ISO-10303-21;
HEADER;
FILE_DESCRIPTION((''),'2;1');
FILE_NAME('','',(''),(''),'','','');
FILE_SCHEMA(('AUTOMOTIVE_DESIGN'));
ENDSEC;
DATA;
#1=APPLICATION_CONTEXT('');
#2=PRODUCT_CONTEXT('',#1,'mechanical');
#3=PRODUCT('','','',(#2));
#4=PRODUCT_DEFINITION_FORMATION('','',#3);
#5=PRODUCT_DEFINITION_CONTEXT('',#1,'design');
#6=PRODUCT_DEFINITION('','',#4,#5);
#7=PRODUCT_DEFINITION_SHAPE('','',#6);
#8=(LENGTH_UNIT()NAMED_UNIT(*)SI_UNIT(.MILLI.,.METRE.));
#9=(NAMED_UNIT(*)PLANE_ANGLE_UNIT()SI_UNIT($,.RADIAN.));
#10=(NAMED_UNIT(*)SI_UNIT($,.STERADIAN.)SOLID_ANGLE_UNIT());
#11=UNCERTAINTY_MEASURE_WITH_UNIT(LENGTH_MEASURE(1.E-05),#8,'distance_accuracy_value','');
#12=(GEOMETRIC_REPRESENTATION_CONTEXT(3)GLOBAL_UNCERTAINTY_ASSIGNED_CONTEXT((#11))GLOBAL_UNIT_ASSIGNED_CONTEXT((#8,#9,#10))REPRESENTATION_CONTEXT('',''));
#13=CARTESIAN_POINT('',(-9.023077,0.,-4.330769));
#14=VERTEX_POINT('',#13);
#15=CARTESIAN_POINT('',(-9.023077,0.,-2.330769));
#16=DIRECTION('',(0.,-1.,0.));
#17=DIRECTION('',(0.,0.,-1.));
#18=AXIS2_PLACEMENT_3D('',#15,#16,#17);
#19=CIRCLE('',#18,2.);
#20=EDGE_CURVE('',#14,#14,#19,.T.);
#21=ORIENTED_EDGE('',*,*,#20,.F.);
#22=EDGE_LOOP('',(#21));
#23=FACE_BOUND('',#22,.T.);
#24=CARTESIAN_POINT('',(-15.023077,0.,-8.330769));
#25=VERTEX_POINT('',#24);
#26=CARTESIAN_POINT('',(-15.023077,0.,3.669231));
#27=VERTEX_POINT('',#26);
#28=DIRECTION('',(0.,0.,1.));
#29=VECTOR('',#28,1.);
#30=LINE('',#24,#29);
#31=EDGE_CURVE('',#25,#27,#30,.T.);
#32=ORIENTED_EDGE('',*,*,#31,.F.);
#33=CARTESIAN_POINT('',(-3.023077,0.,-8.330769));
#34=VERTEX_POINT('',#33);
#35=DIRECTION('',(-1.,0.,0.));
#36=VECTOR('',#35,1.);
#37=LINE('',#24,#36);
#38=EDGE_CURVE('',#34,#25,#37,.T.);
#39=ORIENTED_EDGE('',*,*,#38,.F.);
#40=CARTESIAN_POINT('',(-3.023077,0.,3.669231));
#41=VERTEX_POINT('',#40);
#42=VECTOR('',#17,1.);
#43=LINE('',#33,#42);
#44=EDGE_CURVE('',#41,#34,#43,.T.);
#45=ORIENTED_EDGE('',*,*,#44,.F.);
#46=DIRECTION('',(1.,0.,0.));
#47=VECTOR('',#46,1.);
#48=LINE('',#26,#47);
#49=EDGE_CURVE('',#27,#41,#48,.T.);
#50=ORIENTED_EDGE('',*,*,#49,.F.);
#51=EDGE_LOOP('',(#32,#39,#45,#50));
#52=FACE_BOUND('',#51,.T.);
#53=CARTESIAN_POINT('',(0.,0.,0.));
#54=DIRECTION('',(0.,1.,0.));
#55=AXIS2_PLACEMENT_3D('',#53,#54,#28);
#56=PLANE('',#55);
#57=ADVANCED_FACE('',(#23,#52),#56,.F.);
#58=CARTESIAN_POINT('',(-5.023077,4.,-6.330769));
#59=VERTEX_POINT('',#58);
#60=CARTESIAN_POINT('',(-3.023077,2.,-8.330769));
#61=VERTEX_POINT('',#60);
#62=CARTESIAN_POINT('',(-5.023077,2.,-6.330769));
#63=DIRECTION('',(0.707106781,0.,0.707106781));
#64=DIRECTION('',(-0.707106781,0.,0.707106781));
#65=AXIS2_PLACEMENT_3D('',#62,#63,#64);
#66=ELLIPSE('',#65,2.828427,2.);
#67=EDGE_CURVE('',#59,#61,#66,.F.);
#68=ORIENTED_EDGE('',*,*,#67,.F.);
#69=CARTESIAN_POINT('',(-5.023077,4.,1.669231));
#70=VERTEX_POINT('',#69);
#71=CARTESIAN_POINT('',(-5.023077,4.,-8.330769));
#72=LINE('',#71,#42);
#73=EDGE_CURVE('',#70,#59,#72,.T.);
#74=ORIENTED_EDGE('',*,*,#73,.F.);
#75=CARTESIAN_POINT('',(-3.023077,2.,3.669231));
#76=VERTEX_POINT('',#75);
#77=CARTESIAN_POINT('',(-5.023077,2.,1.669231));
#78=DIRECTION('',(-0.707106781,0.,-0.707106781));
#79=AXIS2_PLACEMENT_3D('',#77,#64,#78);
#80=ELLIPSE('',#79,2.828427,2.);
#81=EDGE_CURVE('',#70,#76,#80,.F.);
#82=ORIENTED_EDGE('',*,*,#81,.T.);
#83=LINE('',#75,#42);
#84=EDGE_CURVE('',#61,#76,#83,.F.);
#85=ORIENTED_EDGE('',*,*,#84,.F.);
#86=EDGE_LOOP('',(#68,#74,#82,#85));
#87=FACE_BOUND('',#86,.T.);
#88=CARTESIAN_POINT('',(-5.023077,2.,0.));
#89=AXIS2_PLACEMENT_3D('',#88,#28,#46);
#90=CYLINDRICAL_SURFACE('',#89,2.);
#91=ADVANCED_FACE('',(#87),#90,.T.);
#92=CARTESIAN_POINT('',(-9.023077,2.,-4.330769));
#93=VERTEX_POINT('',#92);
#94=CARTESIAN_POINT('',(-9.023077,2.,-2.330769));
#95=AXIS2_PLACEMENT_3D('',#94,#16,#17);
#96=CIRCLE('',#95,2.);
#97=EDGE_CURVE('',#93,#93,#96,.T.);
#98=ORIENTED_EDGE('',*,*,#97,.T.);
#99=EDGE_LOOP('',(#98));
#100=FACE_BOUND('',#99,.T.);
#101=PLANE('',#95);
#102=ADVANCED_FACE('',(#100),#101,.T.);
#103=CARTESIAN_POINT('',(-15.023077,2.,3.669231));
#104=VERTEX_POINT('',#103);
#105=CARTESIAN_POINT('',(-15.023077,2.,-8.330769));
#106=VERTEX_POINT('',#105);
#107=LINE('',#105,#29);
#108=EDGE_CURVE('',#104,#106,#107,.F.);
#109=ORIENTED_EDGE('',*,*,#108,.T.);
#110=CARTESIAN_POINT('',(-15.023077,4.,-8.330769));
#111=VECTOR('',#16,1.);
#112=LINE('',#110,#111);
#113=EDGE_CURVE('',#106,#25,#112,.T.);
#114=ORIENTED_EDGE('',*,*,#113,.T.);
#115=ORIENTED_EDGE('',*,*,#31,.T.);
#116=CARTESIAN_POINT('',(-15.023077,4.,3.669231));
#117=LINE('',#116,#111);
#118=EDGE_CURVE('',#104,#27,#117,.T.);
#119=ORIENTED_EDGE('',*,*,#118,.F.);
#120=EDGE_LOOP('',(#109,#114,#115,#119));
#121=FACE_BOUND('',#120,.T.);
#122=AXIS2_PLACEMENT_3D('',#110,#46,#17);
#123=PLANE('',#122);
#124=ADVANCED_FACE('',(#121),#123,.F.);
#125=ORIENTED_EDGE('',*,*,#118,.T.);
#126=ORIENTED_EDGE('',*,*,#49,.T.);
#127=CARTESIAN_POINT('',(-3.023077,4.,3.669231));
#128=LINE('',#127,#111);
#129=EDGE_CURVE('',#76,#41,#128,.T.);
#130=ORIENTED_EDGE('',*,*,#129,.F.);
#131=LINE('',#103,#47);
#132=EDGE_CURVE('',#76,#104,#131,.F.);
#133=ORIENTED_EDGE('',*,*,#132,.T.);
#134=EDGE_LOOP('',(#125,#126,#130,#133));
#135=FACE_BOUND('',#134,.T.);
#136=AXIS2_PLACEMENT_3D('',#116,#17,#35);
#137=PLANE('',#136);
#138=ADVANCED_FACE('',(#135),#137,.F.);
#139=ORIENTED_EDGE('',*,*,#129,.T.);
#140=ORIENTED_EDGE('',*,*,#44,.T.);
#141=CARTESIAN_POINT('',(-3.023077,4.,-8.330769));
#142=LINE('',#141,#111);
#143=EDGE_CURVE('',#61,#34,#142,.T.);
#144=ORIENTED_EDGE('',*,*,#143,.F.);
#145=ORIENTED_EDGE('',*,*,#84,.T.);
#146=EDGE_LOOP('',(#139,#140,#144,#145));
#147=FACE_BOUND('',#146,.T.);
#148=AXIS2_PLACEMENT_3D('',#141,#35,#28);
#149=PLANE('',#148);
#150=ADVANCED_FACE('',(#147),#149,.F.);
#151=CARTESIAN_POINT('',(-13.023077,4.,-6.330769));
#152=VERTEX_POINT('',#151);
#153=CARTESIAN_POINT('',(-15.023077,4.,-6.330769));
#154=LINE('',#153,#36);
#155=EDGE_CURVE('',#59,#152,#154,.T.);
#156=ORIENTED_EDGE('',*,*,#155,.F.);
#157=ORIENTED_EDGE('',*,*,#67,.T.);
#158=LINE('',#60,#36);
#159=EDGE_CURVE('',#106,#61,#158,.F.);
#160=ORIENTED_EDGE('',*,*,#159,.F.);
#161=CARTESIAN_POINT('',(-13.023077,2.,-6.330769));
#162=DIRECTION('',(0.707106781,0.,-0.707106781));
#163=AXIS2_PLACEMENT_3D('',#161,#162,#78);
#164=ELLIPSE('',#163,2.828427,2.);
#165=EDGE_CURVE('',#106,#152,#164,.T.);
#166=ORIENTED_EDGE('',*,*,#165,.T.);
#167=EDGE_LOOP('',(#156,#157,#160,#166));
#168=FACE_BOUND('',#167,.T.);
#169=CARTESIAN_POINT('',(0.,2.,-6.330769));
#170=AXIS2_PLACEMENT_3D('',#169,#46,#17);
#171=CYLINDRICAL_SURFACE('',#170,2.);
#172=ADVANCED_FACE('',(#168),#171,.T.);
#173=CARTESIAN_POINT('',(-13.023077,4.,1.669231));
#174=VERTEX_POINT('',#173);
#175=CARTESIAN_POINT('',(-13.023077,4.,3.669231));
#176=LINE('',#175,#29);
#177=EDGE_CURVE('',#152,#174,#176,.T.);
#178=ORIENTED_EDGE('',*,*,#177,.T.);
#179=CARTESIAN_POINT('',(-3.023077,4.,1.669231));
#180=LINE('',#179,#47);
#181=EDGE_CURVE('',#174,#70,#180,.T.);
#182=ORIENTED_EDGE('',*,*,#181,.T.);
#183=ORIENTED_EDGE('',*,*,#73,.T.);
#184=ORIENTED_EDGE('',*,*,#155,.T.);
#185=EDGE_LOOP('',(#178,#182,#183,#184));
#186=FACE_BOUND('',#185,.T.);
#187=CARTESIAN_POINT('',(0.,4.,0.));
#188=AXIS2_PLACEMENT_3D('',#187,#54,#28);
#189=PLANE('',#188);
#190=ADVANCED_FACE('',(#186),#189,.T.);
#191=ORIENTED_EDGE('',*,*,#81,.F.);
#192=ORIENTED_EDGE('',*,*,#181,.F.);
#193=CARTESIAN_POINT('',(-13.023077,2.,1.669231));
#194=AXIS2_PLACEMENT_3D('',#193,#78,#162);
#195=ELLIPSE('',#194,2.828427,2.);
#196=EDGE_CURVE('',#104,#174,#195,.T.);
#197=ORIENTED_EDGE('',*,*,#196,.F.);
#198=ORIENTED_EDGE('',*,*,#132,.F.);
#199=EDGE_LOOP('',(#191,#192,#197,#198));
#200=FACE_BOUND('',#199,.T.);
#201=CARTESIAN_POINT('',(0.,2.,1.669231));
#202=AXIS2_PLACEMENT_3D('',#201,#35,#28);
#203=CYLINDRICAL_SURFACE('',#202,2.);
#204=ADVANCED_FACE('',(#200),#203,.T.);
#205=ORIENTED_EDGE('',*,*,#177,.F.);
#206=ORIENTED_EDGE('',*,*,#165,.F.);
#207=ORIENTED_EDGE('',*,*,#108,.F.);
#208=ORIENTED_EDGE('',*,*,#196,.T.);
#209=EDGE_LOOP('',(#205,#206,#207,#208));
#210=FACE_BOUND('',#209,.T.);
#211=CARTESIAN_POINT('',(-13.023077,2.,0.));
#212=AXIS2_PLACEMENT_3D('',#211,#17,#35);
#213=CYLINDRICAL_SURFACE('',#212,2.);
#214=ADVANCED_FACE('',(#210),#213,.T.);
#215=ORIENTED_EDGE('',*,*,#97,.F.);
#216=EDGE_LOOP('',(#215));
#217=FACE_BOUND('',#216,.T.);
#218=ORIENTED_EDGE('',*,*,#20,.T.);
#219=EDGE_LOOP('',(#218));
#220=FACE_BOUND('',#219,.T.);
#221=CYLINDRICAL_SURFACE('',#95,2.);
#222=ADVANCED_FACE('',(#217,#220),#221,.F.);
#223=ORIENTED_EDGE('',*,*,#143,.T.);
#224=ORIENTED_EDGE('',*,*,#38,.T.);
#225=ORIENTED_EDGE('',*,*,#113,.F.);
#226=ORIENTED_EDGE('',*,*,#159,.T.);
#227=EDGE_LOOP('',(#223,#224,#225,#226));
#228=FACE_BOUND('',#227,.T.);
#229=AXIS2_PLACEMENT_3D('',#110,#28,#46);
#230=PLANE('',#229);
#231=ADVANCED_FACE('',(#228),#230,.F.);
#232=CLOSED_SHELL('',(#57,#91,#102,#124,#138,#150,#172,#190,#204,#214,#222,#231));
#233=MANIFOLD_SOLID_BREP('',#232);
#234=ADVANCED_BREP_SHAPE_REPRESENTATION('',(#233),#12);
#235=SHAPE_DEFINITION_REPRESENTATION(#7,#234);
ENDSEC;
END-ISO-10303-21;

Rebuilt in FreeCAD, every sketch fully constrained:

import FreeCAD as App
import Part
import Sketcher


def edges_at(feature, points):
    """Names of the edges that pass closest to the given points."""
    edges = feature.Shape.Edges
    near = lambda p: min(range(len(edges)), key=lambda i: edges[i].distToShape(Part.Vertex(*p))[0])
    return sorted({f"Edge{near(p) + 1}" for p in points})

doc = App.newDocument("Part")
body = doc.addObject("PartDesign::Body", "Body")

# Sketch on XZ plane
sketch1 = body.newObject("Sketcher::SketchObject", "Sketch")
sketch1.AttachmentSupport = (doc.getObject("XZ_Plane"), [""])
sketch1.MapMode = "FlatFace"
sketch1.addGeometry([
    Part.LineSegment(App.Vector(-15.023077, -8.330769, 0), App.Vector(-15.023077, 3.669231, 0)),
    Part.LineSegment(App.Vector(-15.023077, 3.669231, 0), App.Vector(-3.023077, 3.669231, 0)),
    Part.LineSegment(App.Vector(-3.023077, 3.669231, 0), App.Vector(-3.023077, -8.330769, 0)),
    Part.LineSegment(App.Vector(-3.023077, -8.330769, 0), App.Vector(-15.023077, -8.330769, 0)),
], False)
sketch1.addConstraint([
    Sketcher.Constraint("Coincident", 0, 2, 1, 1),
    Sketcher.Constraint("Coincident", 1, 2, 2, 1),
    Sketcher.Constraint("Coincident", 2, 2, 3, 1),
    Sketcher.Constraint("Coincident", 3, 2, 0, 1),
    Sketcher.Constraint("Vertical", 0),
    Sketcher.Constraint("Horizontal", 1),
    Sketcher.Constraint("Vertical", 2),
    Sketcher.Constraint("Horizontal", 3),
    Sketcher.Constraint("Equal", 3, 0),
    Sketcher.Constraint("DistanceX", 1, 1, 1, 2, 12.0),
    Sketcher.Constraint("DistanceY", -1, 1, 0, 2, 3.669231),
    Sketcher.Constraint("DistanceX", 0, 2, -1, 1, 15.023077),
])
pad1 = body.newObject("PartDesign::Pad", "Pad")
pad1.Profile = sketch1
pad1.Length = 4
pad1.Reversed = True

# Sketch on XZ plane
sketch2 = body.newObject("Sketcher::SketchObject", "Sketch001")
sketch2.AttachmentSupport = (doc.getObject("XZ_Plane"), [""])
sketch2.MapMode = "FlatFace"
sketch2.addGeometry(Part.Circle(App.Vector(-9.023077, -2.330769, 0), App.Vector(0, 0, 1), 2), False)
sketch2.addConstraint([
    Sketcher.Constraint("Diameter", 0, 4.0),
    Sketcher.Constraint("DistanceY", 0, 3, -1, 1, 2.330769),
    Sketcher.Constraint("DistanceX", 0, 3, -1, 1, 9.023077),
])
pocket1 = body.newObject("PartDesign::Pocket", "Pocket")
pocket1.Profile = sketch2
pocket1.Length = 2
doc.recompute()

fillet = body.newObject("PartDesign::Fillet", "Fillet")
fillet.Base = (pocket1, edges_at(pocket1, [
    (-15.023, 4, -2.331),
    (-9.023, 4, 3.669),
    (-3.023, 4, -2.331),
    (-9.023, 4, -8.331),
]))
fillet.Radius = 2

doc.recompute()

■ ■ ■

_PROMPT:_
From the records above, reproduce exactly the lines from the one with "#188=AXIS2_PLACEMENT_3D('',#187,#54,#28);" to the one with "#219=EDGE_LOOP('',(#218));", both included, and no others.

_EXERCISE ANSWER:_
#188=AXIS2_PLACEMENT_3D('',#187,#54,#28);
#189=PLANE('',#188);
#190=ADVANCED_FACE('',(#186),#189,.T.);
#191=ORIENTED_EDGE('',*,*,#81,.F.);
#192=ORIENTED_EDGE('',*,*,#181,.F.);
#193=CARTESIAN_POINT('',(-13.023077,2.,1.669231));
#194=AXIS2_PLACEMENT_3D('',#193,#78,#162);
#195=ELLIPSE('',#194,2.828427,2.);
#196=EDGE_CURVE('',#104,#174,#195,.T.);
#197=ORIENTED_EDGE('',*,*,#196,.F.);
#198=ORIENTED_EDGE('',*,*,#132,.F.);
#199=EDGE_LOOP('',(#191,#192,#197,#198));
#200=FACE_BOUND('',#199,.T.);
#201=CARTESIAN_POINT('',(0.,2.,1.669231));
#202=AXIS2_PLACEMENT_3D('',#201,#35,#28);
#203=CYLINDRICAL_SURFACE('',#202,2.);
#204=ADVANCED_FACE('',(#200),#203,.T.);
#205=ORIENTED_EDGE('',*,*,#177,.F.);
#206=ORIENTED_EDGE('',*,*,#165,.F.);
#207=ORIENTED_EDGE('',*,*,#108,.F.);
#208=ORIENTED_EDGE('',*,*,#196,.T.);
#209=EDGE_LOOP('',(#205,#206,#207,#208));
#210=FACE_BOUND('',#209,.T.);
#211=CARTESIAN_POINT('',(-13.023077,2.,0.));
#212=AXIS2_PLACEMENT_3D('',#211,#17,#35);
#213=CYLINDRICAL_SURFACE('',#212,2.);
#214=ADVANCED_FACE('',(#210),#213,.T.);
#215=ORIENTED_EDGE('',*,*,#97,.F.);
#216=EDGE_LOOP('',(#215));
#217=FACE_BOUND('',#216,.T.);
#218=ORIENTED_EDGE('',*,*,#20,.T.);
#219=EDGE_LOOP('',(#218));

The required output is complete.